| Requirement |
Below are the entries. Transcribe exactly the lines from the one with "f 222 183 224" through the one with "f 173 256 68", ends included, and leave out all others.

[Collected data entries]
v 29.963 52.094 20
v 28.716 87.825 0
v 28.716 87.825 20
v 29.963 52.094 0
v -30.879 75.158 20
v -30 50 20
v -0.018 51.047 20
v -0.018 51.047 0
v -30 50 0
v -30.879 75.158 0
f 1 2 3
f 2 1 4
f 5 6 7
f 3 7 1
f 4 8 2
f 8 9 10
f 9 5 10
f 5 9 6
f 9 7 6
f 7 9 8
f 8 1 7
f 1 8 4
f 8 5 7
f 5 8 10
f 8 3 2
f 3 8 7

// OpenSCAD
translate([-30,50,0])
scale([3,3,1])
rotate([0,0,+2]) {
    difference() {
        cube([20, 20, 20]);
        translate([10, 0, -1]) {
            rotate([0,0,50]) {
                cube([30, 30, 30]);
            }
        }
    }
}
---
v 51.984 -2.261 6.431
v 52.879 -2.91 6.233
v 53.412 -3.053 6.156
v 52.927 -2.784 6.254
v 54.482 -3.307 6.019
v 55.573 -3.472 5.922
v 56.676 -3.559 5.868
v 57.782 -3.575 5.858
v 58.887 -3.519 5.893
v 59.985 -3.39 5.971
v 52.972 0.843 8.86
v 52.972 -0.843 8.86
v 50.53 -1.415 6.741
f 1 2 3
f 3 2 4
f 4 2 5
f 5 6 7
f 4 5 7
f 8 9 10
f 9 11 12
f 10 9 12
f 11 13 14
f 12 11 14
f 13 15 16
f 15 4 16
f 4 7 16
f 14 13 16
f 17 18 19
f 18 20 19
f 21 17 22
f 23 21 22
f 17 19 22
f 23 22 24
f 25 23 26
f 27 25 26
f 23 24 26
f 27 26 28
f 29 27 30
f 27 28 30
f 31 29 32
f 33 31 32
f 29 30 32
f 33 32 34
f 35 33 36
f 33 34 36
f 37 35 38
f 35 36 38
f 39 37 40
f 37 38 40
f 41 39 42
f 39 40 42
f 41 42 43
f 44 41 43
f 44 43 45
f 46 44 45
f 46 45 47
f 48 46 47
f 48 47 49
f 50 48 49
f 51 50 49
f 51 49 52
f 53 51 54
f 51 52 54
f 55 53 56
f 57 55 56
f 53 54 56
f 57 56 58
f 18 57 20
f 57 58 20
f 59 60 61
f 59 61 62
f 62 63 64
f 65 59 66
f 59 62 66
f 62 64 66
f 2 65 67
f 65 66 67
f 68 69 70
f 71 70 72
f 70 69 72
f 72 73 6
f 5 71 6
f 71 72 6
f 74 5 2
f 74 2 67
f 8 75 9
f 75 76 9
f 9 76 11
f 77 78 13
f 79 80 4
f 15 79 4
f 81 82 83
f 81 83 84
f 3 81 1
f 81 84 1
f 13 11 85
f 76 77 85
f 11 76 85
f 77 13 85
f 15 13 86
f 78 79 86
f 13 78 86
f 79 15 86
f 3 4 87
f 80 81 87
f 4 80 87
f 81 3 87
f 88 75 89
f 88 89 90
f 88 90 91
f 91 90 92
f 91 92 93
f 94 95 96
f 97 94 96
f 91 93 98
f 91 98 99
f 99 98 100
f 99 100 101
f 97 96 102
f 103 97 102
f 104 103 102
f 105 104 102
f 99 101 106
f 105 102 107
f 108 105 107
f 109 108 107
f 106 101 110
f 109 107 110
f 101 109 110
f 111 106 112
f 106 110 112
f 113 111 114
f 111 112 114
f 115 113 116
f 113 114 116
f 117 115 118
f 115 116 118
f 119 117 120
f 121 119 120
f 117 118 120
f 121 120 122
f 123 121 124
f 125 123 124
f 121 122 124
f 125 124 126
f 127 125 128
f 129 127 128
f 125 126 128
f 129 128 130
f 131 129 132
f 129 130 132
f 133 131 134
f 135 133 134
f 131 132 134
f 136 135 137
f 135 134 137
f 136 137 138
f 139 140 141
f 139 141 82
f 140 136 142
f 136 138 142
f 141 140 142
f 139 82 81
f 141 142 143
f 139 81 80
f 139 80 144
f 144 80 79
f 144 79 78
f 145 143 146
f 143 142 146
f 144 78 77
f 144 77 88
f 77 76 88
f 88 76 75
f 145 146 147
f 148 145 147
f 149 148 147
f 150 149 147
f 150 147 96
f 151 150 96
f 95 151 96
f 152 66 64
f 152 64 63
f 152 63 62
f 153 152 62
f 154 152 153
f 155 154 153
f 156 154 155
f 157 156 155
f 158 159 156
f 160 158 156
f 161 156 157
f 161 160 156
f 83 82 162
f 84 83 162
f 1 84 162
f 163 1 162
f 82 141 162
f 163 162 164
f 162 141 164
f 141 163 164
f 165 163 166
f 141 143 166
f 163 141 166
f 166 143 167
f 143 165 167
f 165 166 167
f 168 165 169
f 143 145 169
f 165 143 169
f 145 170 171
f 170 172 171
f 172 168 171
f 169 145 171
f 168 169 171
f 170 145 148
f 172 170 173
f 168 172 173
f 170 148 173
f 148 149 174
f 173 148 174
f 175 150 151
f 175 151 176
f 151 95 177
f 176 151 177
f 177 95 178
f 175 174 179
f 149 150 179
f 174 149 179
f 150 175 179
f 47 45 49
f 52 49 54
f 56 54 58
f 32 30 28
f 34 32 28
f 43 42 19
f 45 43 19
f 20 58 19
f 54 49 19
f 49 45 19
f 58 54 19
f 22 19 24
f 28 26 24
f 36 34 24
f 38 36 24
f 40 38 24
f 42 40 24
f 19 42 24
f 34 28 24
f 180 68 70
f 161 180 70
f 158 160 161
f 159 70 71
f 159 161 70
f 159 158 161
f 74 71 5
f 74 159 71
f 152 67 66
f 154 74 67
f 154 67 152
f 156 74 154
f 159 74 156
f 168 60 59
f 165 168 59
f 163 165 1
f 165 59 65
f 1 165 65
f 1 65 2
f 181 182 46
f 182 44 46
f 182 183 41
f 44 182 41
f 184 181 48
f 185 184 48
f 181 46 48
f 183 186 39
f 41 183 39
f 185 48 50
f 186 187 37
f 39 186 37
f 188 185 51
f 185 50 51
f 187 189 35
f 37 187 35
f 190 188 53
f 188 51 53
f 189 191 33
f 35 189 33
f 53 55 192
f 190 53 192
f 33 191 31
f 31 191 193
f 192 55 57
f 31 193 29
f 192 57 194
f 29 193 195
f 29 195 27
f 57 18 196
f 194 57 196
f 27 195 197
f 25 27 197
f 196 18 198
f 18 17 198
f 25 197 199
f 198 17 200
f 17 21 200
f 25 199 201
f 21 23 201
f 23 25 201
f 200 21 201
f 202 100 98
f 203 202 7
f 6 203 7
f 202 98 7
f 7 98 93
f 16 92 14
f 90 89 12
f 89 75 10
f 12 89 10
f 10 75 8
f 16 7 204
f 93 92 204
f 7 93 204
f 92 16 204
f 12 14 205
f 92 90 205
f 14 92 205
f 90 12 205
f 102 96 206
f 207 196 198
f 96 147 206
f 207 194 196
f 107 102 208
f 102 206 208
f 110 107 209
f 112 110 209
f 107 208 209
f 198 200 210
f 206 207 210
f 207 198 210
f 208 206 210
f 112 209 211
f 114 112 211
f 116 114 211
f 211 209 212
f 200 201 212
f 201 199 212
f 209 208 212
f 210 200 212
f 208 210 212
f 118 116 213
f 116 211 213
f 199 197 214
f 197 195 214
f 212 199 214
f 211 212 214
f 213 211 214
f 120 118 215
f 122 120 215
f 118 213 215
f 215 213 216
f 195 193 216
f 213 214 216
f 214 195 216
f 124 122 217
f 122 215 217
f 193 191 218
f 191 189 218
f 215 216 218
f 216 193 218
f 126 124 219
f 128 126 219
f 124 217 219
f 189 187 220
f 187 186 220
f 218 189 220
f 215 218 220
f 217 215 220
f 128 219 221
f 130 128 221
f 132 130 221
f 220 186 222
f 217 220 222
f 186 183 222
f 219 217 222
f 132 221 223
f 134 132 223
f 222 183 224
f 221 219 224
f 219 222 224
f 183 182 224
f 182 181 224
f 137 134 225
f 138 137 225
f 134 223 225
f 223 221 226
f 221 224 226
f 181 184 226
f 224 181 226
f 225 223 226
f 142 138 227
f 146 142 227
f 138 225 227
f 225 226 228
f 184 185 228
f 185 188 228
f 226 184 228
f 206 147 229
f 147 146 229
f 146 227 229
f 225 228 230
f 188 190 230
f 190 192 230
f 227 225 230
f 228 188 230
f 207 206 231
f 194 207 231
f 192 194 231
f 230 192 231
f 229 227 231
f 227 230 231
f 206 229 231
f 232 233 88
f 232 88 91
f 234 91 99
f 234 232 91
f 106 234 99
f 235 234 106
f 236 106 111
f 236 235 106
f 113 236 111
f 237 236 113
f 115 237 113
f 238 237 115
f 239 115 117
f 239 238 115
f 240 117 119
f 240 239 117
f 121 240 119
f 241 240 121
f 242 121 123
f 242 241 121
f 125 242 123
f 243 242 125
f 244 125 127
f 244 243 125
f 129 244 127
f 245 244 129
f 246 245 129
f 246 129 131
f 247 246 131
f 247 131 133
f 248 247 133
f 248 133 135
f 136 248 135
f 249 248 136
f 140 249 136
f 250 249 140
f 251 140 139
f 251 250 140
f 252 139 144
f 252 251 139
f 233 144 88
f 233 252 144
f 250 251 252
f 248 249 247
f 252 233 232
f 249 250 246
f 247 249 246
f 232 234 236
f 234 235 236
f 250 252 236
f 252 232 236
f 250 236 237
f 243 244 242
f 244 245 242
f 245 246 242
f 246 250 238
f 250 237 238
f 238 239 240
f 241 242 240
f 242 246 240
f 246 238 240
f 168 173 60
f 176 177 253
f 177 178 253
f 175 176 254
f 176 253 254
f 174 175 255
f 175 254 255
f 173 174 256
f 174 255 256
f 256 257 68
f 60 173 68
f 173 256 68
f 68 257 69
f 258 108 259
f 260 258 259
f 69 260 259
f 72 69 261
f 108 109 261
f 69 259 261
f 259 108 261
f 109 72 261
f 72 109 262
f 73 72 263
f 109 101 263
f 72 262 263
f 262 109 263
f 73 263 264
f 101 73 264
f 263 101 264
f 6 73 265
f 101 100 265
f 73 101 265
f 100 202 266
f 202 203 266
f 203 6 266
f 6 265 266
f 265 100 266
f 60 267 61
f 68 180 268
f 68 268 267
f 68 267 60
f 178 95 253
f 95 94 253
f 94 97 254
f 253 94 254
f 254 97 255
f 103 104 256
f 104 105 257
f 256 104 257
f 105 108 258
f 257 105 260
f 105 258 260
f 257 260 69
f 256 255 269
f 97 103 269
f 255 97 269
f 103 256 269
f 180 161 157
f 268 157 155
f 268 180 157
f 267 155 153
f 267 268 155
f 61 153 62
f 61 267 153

| Your response |
f 222 183 224
f 221 219 224
f 219 222 224
f 183 182 224
f 182 181 224
f 137 134 225
f 138 137 225
f 134 223 225
f 223 221 226
f 221 224 226
f 181 184 226
f 224 181 226
f 225 223 226
f 142 138 227
f 146 142 227
f 138 225 227
f 225 226 228
f 184 185 228
f 185 188 228
f 226 184 228
f 206 147 229
f 147 146 229
f 146 227 229
f 225 228 230
f 188 190 230
f 190 192 230
f 227 225 230
f 228 188 230
f 207 206 231
f 194 207 231
f 192 194 231
f 230 192 231
f 229 227 231
f 227 230 231
f 206 229 231
f 232 233 88
f 232 88 91
f 234 91 99
f 234 232 91
f 106 234 99
f 235 234 106
f 236 106 111
f 236 235 106
f 113 236 111
f 237 236 113
f 115 237 113
f 238 237 115
f 239 115 117
f 239 238 115
f 240 117 119
f 240 239 117
f 121 240 119
f 241 240 121
f 242 121 123
f 242 241 121
f 125 242 123
f 243 242 125
f 244 125 127
f 244 243 125
f 129 244 127
f 245 244 129
f 246 245 129
f 246 129 131
f 247 246 131
f 247 131 133
f 248 247 133
f 248 133 135
f 136 248 135
f 249 248 136
f 140 249 136
f 250 249 140
f 251 140 139
f 251 250 140
f 252 139 144
f 252 251 139
f 233 144 88
f 233 252 144
f 250 251 252
f 248 249 247
f 252 233 232
f 249 250 246
f 247 249 246
f 232 234 236
f 234 235 236
f 250 252 236
f 252 232 236
f 250 236 237
f 243 244 242
f 244 245 242
f 245 246 242
f 246 250 238
f 250 237 238
f 238 239 240
f 241 242 240
f 242 246 240
f 246 238 240
f 168 173 60
f 176 177 253
f 177 178 253
f 175 176 254
f 176 253 254
f 174 175 255
f 175 254 255
f 173 174 256
f 174 255 256
f 256 257 68
f 60 173 68
f 173 256 68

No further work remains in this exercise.